** PROVIDED RECORDS follows **

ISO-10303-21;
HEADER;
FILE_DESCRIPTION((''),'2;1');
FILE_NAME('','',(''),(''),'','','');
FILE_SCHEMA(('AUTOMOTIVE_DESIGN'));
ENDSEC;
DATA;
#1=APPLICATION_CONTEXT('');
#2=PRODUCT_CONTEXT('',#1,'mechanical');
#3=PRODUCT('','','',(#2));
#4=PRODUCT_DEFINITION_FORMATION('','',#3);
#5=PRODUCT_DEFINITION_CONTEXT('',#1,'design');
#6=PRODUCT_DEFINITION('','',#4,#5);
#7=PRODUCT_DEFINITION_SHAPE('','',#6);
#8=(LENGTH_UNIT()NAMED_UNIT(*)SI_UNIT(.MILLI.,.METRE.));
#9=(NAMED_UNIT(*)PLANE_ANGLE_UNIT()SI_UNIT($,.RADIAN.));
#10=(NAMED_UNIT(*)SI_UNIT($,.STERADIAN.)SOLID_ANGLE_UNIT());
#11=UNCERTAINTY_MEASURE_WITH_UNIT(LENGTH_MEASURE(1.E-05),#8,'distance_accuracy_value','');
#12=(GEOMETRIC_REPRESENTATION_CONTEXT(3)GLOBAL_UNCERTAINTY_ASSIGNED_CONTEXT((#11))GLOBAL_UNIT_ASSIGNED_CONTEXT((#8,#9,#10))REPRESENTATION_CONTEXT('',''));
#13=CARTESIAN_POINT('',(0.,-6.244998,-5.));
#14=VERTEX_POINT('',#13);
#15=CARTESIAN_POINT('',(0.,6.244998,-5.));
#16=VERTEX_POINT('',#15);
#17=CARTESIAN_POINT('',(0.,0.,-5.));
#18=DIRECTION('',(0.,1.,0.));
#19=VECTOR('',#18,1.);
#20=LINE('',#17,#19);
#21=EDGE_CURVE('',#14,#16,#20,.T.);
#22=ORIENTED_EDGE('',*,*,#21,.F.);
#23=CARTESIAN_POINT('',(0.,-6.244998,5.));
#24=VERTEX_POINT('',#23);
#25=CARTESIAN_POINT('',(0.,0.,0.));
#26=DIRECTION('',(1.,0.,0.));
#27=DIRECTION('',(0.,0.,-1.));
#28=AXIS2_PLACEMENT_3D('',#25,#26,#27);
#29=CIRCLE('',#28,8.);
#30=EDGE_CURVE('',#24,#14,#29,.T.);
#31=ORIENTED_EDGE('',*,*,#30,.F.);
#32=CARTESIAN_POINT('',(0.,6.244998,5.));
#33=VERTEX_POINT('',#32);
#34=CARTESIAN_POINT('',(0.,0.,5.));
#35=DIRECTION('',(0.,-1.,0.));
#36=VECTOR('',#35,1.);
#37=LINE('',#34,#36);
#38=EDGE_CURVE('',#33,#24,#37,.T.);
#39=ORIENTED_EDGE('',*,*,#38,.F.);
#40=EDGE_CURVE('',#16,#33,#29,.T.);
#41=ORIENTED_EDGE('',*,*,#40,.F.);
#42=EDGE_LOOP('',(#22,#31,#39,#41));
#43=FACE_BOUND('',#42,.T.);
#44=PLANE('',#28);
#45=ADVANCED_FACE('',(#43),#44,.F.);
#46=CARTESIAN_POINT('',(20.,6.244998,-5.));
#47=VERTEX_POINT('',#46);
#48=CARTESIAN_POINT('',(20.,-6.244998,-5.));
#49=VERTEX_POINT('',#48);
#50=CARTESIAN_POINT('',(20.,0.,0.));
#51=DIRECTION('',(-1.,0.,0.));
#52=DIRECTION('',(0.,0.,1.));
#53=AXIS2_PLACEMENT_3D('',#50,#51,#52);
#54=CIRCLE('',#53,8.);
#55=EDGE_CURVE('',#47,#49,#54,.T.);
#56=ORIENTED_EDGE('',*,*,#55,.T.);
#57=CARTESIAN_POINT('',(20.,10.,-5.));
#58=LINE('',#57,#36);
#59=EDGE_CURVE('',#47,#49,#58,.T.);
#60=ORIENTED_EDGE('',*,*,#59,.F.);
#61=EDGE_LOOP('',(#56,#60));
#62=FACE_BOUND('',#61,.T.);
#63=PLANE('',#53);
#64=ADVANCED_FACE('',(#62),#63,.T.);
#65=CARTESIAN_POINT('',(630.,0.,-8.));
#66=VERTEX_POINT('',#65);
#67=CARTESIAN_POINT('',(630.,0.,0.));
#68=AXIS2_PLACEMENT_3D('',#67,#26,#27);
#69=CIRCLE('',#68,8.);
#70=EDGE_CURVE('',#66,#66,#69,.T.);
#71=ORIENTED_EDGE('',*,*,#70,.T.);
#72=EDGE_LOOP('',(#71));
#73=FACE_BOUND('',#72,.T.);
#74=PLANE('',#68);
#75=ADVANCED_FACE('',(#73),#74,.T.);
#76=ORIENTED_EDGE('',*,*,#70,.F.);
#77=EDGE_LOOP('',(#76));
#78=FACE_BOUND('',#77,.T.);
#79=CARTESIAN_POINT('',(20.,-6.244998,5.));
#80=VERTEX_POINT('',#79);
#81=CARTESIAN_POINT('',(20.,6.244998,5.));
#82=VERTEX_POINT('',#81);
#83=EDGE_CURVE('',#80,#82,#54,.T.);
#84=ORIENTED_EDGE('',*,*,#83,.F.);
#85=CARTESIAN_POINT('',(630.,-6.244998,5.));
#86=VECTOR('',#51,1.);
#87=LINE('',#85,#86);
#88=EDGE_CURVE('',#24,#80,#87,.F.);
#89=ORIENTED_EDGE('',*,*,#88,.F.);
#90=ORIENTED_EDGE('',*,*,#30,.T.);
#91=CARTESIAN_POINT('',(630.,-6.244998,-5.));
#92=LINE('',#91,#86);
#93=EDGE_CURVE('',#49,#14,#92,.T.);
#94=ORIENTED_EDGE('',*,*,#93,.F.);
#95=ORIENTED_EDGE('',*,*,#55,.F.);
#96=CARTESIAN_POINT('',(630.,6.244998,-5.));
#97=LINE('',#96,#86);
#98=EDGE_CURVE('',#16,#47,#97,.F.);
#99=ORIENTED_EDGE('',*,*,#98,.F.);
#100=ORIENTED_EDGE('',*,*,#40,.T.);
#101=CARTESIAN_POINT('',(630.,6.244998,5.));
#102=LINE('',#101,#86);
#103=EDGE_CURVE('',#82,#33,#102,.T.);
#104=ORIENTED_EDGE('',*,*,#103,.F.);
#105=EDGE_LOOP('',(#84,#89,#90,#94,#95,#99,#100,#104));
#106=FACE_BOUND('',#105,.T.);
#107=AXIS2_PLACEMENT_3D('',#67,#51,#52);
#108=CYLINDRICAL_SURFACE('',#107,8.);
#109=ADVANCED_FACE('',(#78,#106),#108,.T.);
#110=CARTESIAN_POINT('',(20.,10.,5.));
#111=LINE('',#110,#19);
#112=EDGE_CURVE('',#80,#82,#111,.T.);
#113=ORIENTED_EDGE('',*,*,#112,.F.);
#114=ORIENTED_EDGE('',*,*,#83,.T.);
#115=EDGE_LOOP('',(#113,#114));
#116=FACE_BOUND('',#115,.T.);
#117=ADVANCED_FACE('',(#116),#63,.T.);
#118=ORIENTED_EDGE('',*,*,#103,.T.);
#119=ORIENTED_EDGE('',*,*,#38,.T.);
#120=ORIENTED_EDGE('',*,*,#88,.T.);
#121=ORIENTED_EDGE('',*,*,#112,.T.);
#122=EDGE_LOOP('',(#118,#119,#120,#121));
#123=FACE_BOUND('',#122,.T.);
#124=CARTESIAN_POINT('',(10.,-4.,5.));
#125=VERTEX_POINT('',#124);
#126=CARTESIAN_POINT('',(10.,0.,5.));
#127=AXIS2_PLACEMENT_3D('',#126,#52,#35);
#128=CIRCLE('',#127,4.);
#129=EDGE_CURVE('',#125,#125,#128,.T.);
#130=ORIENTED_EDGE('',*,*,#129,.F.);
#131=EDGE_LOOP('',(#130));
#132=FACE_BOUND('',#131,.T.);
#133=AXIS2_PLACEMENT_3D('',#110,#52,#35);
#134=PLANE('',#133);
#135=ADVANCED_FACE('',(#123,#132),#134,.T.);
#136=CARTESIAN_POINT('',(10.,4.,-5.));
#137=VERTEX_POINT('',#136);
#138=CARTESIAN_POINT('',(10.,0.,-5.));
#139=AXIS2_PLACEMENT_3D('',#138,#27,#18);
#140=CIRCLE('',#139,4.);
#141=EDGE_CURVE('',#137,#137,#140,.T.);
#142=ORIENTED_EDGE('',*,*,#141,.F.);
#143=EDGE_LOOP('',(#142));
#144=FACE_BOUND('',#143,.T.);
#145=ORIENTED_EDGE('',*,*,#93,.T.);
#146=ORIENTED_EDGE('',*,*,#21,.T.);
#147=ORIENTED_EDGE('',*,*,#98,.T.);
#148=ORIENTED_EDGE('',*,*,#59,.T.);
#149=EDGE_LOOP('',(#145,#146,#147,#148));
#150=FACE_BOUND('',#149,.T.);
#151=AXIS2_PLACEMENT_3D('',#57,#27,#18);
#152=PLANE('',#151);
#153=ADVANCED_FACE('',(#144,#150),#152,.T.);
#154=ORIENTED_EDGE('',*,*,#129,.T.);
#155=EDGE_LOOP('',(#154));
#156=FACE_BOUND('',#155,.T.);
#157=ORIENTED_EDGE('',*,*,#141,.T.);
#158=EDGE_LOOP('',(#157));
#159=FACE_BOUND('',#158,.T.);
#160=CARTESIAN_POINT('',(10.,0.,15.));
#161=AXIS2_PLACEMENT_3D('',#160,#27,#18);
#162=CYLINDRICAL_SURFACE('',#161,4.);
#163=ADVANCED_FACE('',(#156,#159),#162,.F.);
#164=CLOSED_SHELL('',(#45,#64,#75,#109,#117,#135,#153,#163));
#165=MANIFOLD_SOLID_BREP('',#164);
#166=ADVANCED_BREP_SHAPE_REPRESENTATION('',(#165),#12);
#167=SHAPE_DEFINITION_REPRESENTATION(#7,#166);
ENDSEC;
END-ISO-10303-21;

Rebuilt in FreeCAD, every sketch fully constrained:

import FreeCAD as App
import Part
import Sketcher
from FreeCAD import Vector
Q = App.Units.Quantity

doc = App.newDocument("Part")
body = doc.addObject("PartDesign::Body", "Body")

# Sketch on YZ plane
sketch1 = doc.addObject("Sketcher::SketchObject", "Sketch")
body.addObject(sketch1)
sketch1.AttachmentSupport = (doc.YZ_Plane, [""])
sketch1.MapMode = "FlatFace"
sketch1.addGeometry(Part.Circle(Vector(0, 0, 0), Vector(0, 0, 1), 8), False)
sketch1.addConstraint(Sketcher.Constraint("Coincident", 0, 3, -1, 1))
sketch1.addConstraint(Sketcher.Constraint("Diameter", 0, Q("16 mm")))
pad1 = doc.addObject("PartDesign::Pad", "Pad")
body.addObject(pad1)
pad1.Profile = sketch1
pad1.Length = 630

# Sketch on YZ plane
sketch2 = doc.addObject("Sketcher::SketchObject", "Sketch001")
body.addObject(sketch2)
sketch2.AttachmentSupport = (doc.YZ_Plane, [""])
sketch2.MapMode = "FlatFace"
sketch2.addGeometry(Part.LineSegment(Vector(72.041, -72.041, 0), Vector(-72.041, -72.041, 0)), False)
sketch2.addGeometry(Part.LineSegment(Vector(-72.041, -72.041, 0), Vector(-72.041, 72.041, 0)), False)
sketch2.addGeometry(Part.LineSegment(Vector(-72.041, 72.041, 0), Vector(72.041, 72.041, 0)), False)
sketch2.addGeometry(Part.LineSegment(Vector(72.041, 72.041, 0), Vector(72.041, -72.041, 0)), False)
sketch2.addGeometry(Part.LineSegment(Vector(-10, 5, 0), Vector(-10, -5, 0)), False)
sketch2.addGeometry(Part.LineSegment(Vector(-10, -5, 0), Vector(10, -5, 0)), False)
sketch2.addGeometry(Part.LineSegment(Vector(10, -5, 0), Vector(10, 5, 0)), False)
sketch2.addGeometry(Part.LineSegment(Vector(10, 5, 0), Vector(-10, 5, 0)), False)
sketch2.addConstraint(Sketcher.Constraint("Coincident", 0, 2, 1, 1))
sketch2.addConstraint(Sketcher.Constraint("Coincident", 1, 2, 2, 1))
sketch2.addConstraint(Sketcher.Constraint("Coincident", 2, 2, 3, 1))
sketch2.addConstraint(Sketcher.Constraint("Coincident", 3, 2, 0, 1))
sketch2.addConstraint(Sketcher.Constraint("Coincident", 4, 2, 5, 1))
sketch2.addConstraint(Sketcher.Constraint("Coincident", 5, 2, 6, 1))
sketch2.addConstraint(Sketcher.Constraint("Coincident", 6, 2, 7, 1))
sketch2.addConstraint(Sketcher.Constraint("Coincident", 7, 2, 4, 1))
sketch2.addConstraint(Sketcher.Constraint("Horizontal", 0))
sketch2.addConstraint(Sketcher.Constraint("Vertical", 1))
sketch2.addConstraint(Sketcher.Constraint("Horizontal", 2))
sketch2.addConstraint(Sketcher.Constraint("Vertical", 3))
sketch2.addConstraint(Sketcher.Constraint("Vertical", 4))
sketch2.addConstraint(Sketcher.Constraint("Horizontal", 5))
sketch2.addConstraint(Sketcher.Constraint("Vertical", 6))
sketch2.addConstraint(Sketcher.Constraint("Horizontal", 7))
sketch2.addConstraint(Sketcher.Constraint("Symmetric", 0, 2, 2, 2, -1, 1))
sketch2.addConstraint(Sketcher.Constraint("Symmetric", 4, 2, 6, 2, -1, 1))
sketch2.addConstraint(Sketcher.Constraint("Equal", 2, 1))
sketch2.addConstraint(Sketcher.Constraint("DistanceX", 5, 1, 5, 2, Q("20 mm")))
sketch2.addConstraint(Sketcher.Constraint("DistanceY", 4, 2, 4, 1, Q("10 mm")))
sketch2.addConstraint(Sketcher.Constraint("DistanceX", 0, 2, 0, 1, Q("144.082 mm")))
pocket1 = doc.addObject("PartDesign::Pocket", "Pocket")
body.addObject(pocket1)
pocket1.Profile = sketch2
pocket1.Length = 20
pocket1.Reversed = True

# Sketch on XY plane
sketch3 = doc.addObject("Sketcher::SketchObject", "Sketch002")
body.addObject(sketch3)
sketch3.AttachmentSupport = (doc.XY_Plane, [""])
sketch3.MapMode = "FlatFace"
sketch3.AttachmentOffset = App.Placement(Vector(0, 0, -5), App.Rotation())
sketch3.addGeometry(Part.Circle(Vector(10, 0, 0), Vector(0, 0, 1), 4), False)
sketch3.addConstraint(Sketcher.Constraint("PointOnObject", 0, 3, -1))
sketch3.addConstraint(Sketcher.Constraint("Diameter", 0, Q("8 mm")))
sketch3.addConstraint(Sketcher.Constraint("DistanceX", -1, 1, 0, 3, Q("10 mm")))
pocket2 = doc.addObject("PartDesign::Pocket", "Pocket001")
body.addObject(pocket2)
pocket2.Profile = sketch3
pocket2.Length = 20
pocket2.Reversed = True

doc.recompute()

** End of PROVIDED RECORDS **

WORK INSTRUCTION: Retype exactly the span of lines from the one with "#24=VERTEX_POINT('',#23);" through the one with "#54=CIRCLE('',#53,8.);"; include both ends and omit the rest of the material.

COMPLETED EXERCISE:
#24=VERTEX_POINT('',#23);
#25=CARTESIAN_POINT('',(0.,0.,0.));
#26=DIRECTION('',(1.,0.,0.));
#27=DIRECTION('',(0.,0.,-1.));
#28=AXIS2_PLACEMENT_3D('',#25,#26,#27);
#29=CIRCLE('',#28,8.);
#30=EDGE_CURVE('',#24,#14,#29,.T.);
#31=ORIENTED_EDGE('',*,*,#30,.F.);
#32=CARTESIAN_POINT('',(0.,6.244998,5.));
#33=VERTEX_POINT('',#32);
#34=CARTESIAN_POINT('',(0.,0.,5.));
#35=DIRECTION('',(0.,-1.,0.));
#36=VECTOR('',#35,1.);
#37=LINE('',#34,#36);
#38=EDGE_CURVE('',#33,#24,#37,.T.);
#39=ORIENTED_EDGE('',*,*,#38,.F.);
#40=EDGE_CURVE('',#16,#33,#29,.T.);
#41=ORIENTED_EDGE('',*,*,#40,.F.);
#42=EDGE_LOOP('',(#22,#31,#39,#41));
#43=FACE_BOUND('',#42,.T.);
#44=PLANE('',#28);
#45=ADVANCED_FACE('',(#43),#44,.F.);
#46=CARTESIAN_POINT('',(20.,6.244998,-5.));
#47=VERTEX_POINT('',#46);
#48=CARTESIAN_POINT('',(20.,-6.244998,-5.));
#49=VERTEX_POINT('',#48);
#50=CARTESIAN_POINT('',(20.,0.,0.));
#51=DIRECTION('',(-1.,0.,0.));
#52=DIRECTION('',(0.,0.,1.));
#53=AXIS2_PLACEMENT_3D('',#50,#51,#52);
#54=CIRCLE('',#53,8.);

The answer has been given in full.